Breastfeeding may look very easy to the unacquainted — after all newborns possess a natural reflex to help them find and attach themselves to your breast. So all you need to do is position your kewpie to your breast and wait for the magic to happen, right?
To complicate matters, unlike bottle feeding, you won’t know the exact amount of milk your kewpie is drinking each time you breastfeed them, either.
Fear not, however, Mount Elizabeth Hospital’s ParentCraft coordinator, Loh Lee Lian and senior ParentCraft Lactation Consultant at Thomson ParentCraft Centre, Dr Wong Boh Boi, point out the signs of successful breastfeeding to look out for…
1) You’ll feel a tugging sensation on your boobs You will also likely notice your breast moving as baby sucks on them, notes Loh. Also, you shouldn’t be feeling any pain or discomfort as bubba feeds.
2) Your breasts will also feel lighter Your breasts will feel pretty heavy before feeding and as your baby suckles, you can feel it become lighter and being emptied.
As long as you are breastfeeding your child, you’ll be feeding your kewpie every two to three hours throughout the day.
3) You’ll experience the let-down reflex It’ll take about 10 days for your body to supply milk on the regular. After your milk supply has stabilised, you may experience the let-down reflex — an involuntary bodily reaction which causes milk to flow freely from the breast. Dr Wong points out that some women may feel milk leaking from their breasts whenever their baby starts crying. Your body’s reflex reaction can only happen when your milk supply is established.
4) You’ll need to feed your baby almost around the clock As long as you are breastfeeding your child, Loh explains that you’ll be feeding your kewpie every two to three hours throughout the day. Only when they’re 18 months or older, their milk feeds will decrease to about three times a day.
5) You’ve settled your infant in an optimum feeding position Mastering the best feeding position will ensure your infant avoid experiencing any feeding problems. Make sure bubba’s upper and lower lips form a good seal around your breast. Dr Wong stresses your mini-me’s abdomen should be aligned with your chest. Bub’s chin is also touching your breast and as much of the areola is being drawn into the baby's mouth, states Loh.
6) They will look relaxed while feeding Dr Wong explains that your infant’s hands will be in a relaxed position, so will their body and posture. Bubba will rest their open palms on your breast as they feed.
7) Bub’s mouth should also be round not hollow or sunken As your kewpie suckles, their cheeks should appear puffed up and their lips are round in the shape of an “O”.
8) They appear alert and active while awake Their lips and skin aren’t dry and they are also easy to settle. Their fontanelles — the soft spots or gaps in the top and at the back of their head — shouldn’t appear to have sunk in.
9) You can hear your child swallowing Your mini-me’s earlobes will also be wiggling as they feed.
“If the baby is feeding properly, the consistency of the stool will loosen and the colour slowly changes to green, brown and then yellow.”
10) They will have a satisfied look on their face Dr Wong says, “Sometimes they have milk all over their mouth but they won’t bother to even lick it up.”

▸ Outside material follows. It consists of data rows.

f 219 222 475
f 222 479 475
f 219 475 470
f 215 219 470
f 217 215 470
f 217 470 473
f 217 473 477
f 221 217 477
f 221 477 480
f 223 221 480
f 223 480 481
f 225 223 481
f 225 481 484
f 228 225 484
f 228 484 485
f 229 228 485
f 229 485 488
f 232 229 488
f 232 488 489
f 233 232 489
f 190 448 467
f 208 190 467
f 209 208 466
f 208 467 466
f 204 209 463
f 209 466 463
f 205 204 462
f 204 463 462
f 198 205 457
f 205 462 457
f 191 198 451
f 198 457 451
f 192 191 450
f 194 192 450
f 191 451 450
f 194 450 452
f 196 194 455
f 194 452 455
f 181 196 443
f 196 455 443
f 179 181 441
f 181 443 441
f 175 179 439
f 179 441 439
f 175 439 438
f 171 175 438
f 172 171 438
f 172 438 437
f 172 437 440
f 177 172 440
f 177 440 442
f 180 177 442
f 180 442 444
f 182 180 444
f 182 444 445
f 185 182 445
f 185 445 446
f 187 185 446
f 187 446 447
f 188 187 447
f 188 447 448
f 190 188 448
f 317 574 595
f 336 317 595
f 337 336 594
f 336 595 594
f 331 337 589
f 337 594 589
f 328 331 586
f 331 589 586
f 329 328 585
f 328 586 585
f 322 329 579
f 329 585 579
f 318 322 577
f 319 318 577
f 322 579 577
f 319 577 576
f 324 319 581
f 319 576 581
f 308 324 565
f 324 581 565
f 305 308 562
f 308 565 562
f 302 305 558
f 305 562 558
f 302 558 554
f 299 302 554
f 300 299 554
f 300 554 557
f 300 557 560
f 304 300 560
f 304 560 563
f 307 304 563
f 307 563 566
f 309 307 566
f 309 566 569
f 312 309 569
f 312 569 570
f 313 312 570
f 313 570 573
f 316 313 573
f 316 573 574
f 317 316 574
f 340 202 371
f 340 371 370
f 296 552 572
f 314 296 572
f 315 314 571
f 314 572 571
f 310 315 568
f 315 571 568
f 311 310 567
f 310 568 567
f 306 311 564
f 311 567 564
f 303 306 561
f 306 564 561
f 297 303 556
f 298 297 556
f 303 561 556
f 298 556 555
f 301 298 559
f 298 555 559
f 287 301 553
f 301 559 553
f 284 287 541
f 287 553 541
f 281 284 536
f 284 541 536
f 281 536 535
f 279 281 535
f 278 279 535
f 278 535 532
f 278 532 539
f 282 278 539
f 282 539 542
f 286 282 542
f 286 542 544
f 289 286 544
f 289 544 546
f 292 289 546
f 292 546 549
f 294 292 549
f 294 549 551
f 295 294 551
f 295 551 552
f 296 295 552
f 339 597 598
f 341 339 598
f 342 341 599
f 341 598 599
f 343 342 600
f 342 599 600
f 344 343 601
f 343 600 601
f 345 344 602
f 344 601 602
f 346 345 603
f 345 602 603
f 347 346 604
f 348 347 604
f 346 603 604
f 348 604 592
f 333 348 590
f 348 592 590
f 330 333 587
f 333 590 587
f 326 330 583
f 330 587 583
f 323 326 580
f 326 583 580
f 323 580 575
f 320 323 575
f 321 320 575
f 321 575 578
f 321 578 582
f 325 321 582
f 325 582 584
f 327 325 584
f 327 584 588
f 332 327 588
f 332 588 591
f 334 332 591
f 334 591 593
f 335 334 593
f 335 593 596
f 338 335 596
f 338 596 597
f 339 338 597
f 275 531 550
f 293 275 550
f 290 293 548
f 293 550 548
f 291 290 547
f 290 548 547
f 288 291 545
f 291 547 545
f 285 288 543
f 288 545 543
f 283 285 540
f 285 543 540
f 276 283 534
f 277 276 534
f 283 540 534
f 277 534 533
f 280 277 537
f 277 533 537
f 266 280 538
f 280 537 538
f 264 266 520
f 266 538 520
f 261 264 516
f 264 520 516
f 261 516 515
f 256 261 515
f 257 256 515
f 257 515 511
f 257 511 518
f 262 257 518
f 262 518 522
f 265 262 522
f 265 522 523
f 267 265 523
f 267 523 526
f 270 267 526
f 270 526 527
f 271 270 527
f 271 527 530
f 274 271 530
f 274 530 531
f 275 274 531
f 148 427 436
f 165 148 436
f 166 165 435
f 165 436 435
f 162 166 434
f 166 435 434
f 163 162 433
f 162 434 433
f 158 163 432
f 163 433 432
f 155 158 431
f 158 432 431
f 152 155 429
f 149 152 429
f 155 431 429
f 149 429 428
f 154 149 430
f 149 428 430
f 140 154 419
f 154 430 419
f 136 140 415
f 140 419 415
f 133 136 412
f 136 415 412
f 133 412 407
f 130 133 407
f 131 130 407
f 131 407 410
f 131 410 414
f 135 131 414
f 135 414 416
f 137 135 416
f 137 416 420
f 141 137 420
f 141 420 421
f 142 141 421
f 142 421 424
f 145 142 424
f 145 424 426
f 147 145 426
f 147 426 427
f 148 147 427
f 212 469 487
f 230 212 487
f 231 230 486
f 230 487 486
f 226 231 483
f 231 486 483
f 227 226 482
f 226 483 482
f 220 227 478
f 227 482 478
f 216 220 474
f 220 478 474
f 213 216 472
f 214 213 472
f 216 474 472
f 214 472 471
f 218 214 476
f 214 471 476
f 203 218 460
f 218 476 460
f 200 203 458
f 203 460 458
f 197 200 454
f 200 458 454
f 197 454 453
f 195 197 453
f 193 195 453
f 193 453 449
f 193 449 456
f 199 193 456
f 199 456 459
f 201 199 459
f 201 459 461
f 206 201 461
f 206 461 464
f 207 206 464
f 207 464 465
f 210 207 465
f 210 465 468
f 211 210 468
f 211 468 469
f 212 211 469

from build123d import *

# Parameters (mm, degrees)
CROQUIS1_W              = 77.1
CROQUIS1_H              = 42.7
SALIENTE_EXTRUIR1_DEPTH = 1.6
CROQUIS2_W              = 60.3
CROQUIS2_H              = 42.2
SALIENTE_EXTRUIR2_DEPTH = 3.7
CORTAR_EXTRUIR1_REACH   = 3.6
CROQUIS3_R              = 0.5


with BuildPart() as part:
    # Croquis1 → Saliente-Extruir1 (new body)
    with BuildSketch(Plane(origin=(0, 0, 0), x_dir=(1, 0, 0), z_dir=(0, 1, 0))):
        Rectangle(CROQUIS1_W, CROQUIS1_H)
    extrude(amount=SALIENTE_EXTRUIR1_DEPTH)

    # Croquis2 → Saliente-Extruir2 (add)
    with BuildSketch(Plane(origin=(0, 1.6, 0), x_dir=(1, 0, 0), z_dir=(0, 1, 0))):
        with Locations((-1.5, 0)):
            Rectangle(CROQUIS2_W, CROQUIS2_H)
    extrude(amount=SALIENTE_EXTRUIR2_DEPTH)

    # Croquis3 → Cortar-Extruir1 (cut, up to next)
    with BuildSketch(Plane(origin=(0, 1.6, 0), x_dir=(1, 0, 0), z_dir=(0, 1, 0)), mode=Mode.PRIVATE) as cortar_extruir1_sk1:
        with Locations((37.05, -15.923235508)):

11) You’ll be changing a lot of diapers daily On the first day of your infant’s life, Dr Wong says you can expect to change their diapers at least once. Twice for the second day and thrice on the third day of life. Their pee should also be pale yellow in colour. From the fourth day, you may get through six to eight diapers daily until they are about 6 weeks old. Loh points out thereafter you can expect to change about five to six diapers a day.
12) Your peewee’s poo will appear yellowish and runny Your child’s first poo, which will appear thick, sticky and of a black or dark green colour — called meconium. Loh adds, “If the baby is feeding properly, the consistency of the stool will loosen and the colour slowly changes to green, brown and then yellow.” Their stools will also be runny, especially once breastmilk flow and breastfeeding established.
13) Baby’s bodyweight will increase gradually Your baby will appear to lose weight for at least the first seven to ten days of life. Dr Wong explains, “The baby will poop a lot and will also lose some water weight as they transition out of the womb into the air.” Their weight will then increase by up to 20 to 30 grams per day. By the end of their first month, they would’ve gained a kilo.